Pool broken after cache drive fault

Hello,

I have a virtualized TrueNAS on proxmox. The pool consists of 5 disks which are in good state. But today the disk containing the cache drive crashed. So now the pool shows offline in the frontend, but is not discoverable by zpool status. Any chance I can get the data back by somehow removing the cache drive in the TrueNAS config?

Thank you!

How do you have TrueNAS set up on Proxmox? You have to pass through the entire controller and, maybe, blacklist it in Proxmox.

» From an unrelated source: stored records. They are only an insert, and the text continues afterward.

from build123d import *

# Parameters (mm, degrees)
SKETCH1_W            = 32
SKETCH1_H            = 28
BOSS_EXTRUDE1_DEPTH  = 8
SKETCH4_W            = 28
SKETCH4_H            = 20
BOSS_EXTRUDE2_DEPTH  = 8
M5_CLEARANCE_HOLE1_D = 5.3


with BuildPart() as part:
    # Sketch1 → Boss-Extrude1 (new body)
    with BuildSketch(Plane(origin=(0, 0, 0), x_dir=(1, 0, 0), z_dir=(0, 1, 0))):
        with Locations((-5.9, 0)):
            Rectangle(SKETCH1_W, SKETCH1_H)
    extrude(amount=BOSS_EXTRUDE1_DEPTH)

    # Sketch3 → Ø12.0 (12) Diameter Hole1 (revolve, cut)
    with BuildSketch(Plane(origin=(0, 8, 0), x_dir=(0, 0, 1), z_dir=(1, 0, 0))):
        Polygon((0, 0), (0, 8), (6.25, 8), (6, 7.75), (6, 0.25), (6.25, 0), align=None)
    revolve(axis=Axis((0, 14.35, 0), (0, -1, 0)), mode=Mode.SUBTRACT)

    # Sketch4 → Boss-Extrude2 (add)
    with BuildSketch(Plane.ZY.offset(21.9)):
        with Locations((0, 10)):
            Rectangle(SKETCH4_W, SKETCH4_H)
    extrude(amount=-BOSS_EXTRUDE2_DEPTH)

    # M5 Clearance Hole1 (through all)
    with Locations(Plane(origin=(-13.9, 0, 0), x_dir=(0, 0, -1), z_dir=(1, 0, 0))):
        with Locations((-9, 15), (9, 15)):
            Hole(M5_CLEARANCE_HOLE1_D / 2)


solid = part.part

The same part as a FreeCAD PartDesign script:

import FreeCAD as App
import Part
import Sketcher

doc = App.newDocument("Part")
body = doc.addObject("PartDesign::Body", "Body")

# Sketch on XZ plane
sketch1 = body.newObject("Sketcher::SketchObject", "Sketch")
sketch1.AttachmentSupport = (doc.getObject("XZ_Plane"), [""])
sketch1.MapMode = "FlatFace"
sketch1.addGeometry(Part.LineSegment(App.Vector(-21.9, -14, 0), App.Vector(-21.9, 14, 0)), False)
sketch1.addGeometry(Part.LineSegment(App.Vector(-21.9, 14, 0), App.Vector(10.1, 14, 0)), False)
sketch1.addGeometry(Part.LineSegment(App.Vector(10.1, 14, 0), App.Vector(10.1, -14, 0)), False)
sketch1.addGeometry(Part.LineSegment(App.Vector(10.1, -14, 0), App.Vector(-21.9, -14, 0)), False)
sketch1.addConstraint(Sketcher.Constraint("Coincident", 0, 2, 1, 1))
sketch1.addConstraint(Sketcher.Constraint("Coincident", 1, 2, 2, 1))
sketch1.addConstraint(Sketcher.Constraint("Coincident", 2, 2, 3, 1))
sketch1.addConstraint(Sketcher.Constraint("Coincident", 3, 2, 0, 1))
sketch1.addConstraint(Sketcher.Constraint("Vertical", 0))
sketch1.addConstraint(Sketcher.Constraint("Horizontal", 1))
sketch1.addConstraint(Sketcher.Constraint("Vertical", 2))
sketch1.addConstraint(Sketcher.Constraint("Horizontal", 3))
sketch1.addConstraint(Sketcher.Constraint("DistanceX", 1, 1, 1, 2, 32.0))
sketch1.addConstraint(Sketcher.Constraint("DistanceY", 0, 1, 0, 2, 28.0))
sketch1.addConstraint(Sketcher.Constraint("DistanceY", -1, 1, 0, 2, 14.0))
sketch1.addConstraint(Sketcher.Constraint("DistanceX", 0, 2, -1, 1, 21.9))
pad1 = body.newObject("PartDesign::Pad", "Pad")
pad1.Profile = sketch1
pad1.Length = 8
pad1.Reversed = True

# Sketch on YZ plane
sketch2 = body.newObject("Sketcher::SketchObject", "Sketch001")
sketch2.AttachmentSupport = (doc.getObject("YZ_Plane"), [""])
sketch2.MapMode = "FlatFace"
sketch2.addGeometry(Part.LineSegment(App.Vector(0, 0, 0), App.Vector(8, 0, 0)), False)
sketch2.addGeometry(Part.LineSegment(App.Vector(8, 0, 0), App.Vector(8, 6.25, 0)), False)
sketch2.addGeometry(Part.LineSegment(App.Vector(8, 6.25, 0), App.Vector(7.75, 6, 0)), False)
sketch2.addGeometry(Part.LineSegment(App.Vector(7.75, 6, 0), App.Vector(0.25, 6, 0)), False)
sketch2.addGeometry(Part.LineSegment(App.Vector(0.25, 6, 0), App.Vector(0, 6.25, 0)), False)
sketch2.addGeometry(Part.LineSegment(App.Vector(0, 6.25, 0), App.Vector(0, 0, 0)), False)
sketch2.addConstraint(Sketcher.Constraint("Coincident", 0, 2, 1, 1))
sketch2.addConstraint(Sketcher.Constraint("Coincident", 1, 2, 2, 1))
sketch2.addConstraint(Sketcher.Constraint("Coincident", 2, 2, 3, 1))
sketch2.addConstraint(Sketcher.Constraint("Coincident", 3, 2, 4, 1))
sketch2.addConstraint(Sketcher.Constraint("Coincident", 4, 2, 5, 1))
sketch2.addConstraint(Sketcher.Constraint("Coincident", 5, 2, 0, 1))
sketch2.addConstraint(Sketcher.Constraint("Horizontal", 0))
sketch2.addConstraint(Sketcher.Constraint("Vertical", 1))
sketch2.addConstraint(Sketcher.Constraint("Horizontal", 3))
sketch2.addConstraint(Sketcher.Constraint("Vertical", 5))
sketch2.addConstraint(Sketcher.Constraint("Coincident", 5, 2, -1, 1))
sketch2.addConstraint(Sketcher.Constraint("Perpendicular", 2, 4))
sketch2.addConstraint(Sketcher.Constraint("Horizontal", 1, 2, 4, 2))
sketch2.addConstraint(Sketcher.Constraint("Equal", 2, 4))
sketch2.addConstraint(Sketcher.Constraint("DistanceX", 0, 1, 0, 2, 8.0))
sketch2.addConstraint(Sketcher.Constraint("DistanceX", 3, 2, 3, 1, 7.5))
sketch2.addConstraint(Sketcher.Constraint("DistanceY", -1, 1, 2, 2, 6.0))
groove = body.newObject("PartDesign::Groove", "Groove")
groove.Profile = sketch2
groove.ReferenceAxis = (sketch2, ["H_Axis"])
groove.Angle = 360

# Sketch on YZ plane
sketch3 = body.newObject("Sketcher::SketchObject", "Sketch002")
sketch3.AttachmentSupport = (doc.getObject("YZ_Plane"), [""])
sketch3.MapMode = "FlatFace"
sketch3.AttachmentOffset = App.Placement(App.Vector(0, 0, -21.9), App.Rotation())
sketch3.addGeometry(Part.LineSegment(App.Vector(20, -14, 0), App.Vector(0, -14, 0)), False)
sketch3.addGeometry(Part.LineSegment(App.Vector(0, -14, 0), App.Vector(0, 14, 0)), False)
sketch3.addGeometry(Part.LineSegment(App.Vector(0, 14, 0), App.Vector(20, 14, 0)), False)
sketch3.addGeometry(Part.LineSegment(App.Vector(20, 14, 0), App.Vector(20, -14, 0)), False)
sketch3.addConstraint(Sketcher.Constraint("Coincident", 0, 2, 1, 1))
sketch3.addConstraint(Sketcher.Constraint("Coincident", 1, 2, 2, 1))
sketch3.addConstraint(Sketcher.Constraint("Coincident", 2, 2, 3, 1))
sketch3.addConstraint(Sketcher.Constraint("Coincident", 3, 2, 0, 1))
sketch3.addConstraint(Sketcher.Constraint("Horizontal", 0))
sketch3.addConstraint(Sketcher.Constraint("Vertical", 1))
sketch3.addConstraint(Sketcher.Constraint("Horizontal", 2))
sketch3.addConstraint(Sketcher.Constraint("Vertical", 3))
sketch3.addConstraint(Sketcher.Constraint("Symmetric", 0, 2, 1, 2, -1, 1))
sketch3.addConstraint(Sketcher.Constraint("DistanceX", 0, 2, 0, 1, 20.0))
sketch3.addConstraint(Sketcher.Constraint("DistanceY", 1, 1, 1, 2, 28.0))
pad2 = body.newObject("PartDesign::Pad", "Pad001")
pad2.Profile = sketch3
pad2.Length = 8

# Sketch on YZ plane
sketch4 = body.newObject("Sketcher::SketchObject", "Sketch003")
sketch4.AttachmentSupport = (doc.getObject("YZ_Plane"), [""])
sketch4.MapMode = "FlatFace"
sketch4.AttachmentOffset = App.Placement(App.Vector(0, 0, -13.9), App.Rotation())
sketch4.addGeometry(Part.Circle(App.Vector(15, 9, 0), App.Vector(0, 0, 1), 2.65), False)
sketch4.addGeometry(Part.Circle(App.Vector(15, -9, 0), App.Vector(0, 0, 1), 2.65), False)
sketch4.addConstraint(Sketcher.Constraint("Equal", 0, 1))
sketch4.addConstraint(Sketcher.Constraint("Symmetric", 0, 3, 1, 3, -1))
sketch4.addConstraint(Sketcher.Constraint("Diameter", 0, 5.3))
sketch4.addConstraint(Sketcher.Constraint("DistanceX", -1, 1, 0, 3, 15.0))
sketch4.addConstraint(Sketcher.Constraint("DistanceY", -1, 1, 0, 3, 9.0))
doc.recompute()
hole = body.newObject("PartDesign::Hole", "Hole")
hole.Profile = sketch4
hole.ThreadType = "None"
hole.Diameter = 5.3
hole.DepthType = "ThroughAll"

doc.recompute()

Please post details of your entire setup. We can only go off what is posted. You can expand the ‘Details’ section under my posts to get an idea of info. Details on how TrueNAS is setup in Proxmox is important.

2 Likes

Thanks for your reply.

I have not passed through the controller. This is my proxmox config for the VM:

64 GB RAM
24 cores
SeaBios
q35
VirtIO SCSI Single Controller
scsi0: (boot disk) 32gb ssd
scsi1…7: lvm2:…aio=native,backup=0,iothread=1,size=1000G
Unused Disk 0: zfs1:vm-142-disk-0
Unused Disk 1: zfs1: vm-142-disk-1

You see the last two disks (cache disks) were on the faulty proxmox ZFS. I am trying to get a new drive tomorrow to hopefully restore it. But if this is not possible, is there a way to let TrueNAS simply forget about the cache drives and get hold of the pool again? Currently it is showing me 7 available drives, on which the pool has been.

Oh boy…

See what a sudo zpool import shows, post the result.

What do you mean by ‘cache disk’? L2ARC, SLOG or Special VDEVs? L2ARC and SLOG are not required for a pool and can be removed. I am guessing you had set up an sVDEV or a mirror of them to the pool.

Special VDEV (sVDEV) Planning, Sizing, and Considerations

ZFS Primer describes L2ARC and SLOG

yes it was a Special VDEV. I replaced the drive now but I fear I am unable to restore the RAID from MegaRAID storage manager / Supermicro. So the only way would be to make TrueNAS forget about the Special VDEV or intoduce new ones as a replacement, if possible

it does not show the pool zfs1 as possibility. Even with -F -f -n no output…

That’s a lot of extra flags I didn’t mention. Hopefully you didn’t add your pool name as well. F can be destructive without the n.

nah luckily it is still there and I never ran -F without -n

Maybe I meanwhile confused the zfs1 on proxmox and the pool1 on TrueNAS. The pool on TrueNAS shows the following currently:

If I am reading the output of your zpool import, you have a 6 disk RAID-Z1 vDev AND a single disk stripe that is UNAVAIL.

This is BAD.

Without that single disk, you’ve lost your pool. Find it if you can, and restore it to your server.

To be clear, I could be wrong about the indenting of that last disk. Which would change your pool to a 7 disk RAID-Z1.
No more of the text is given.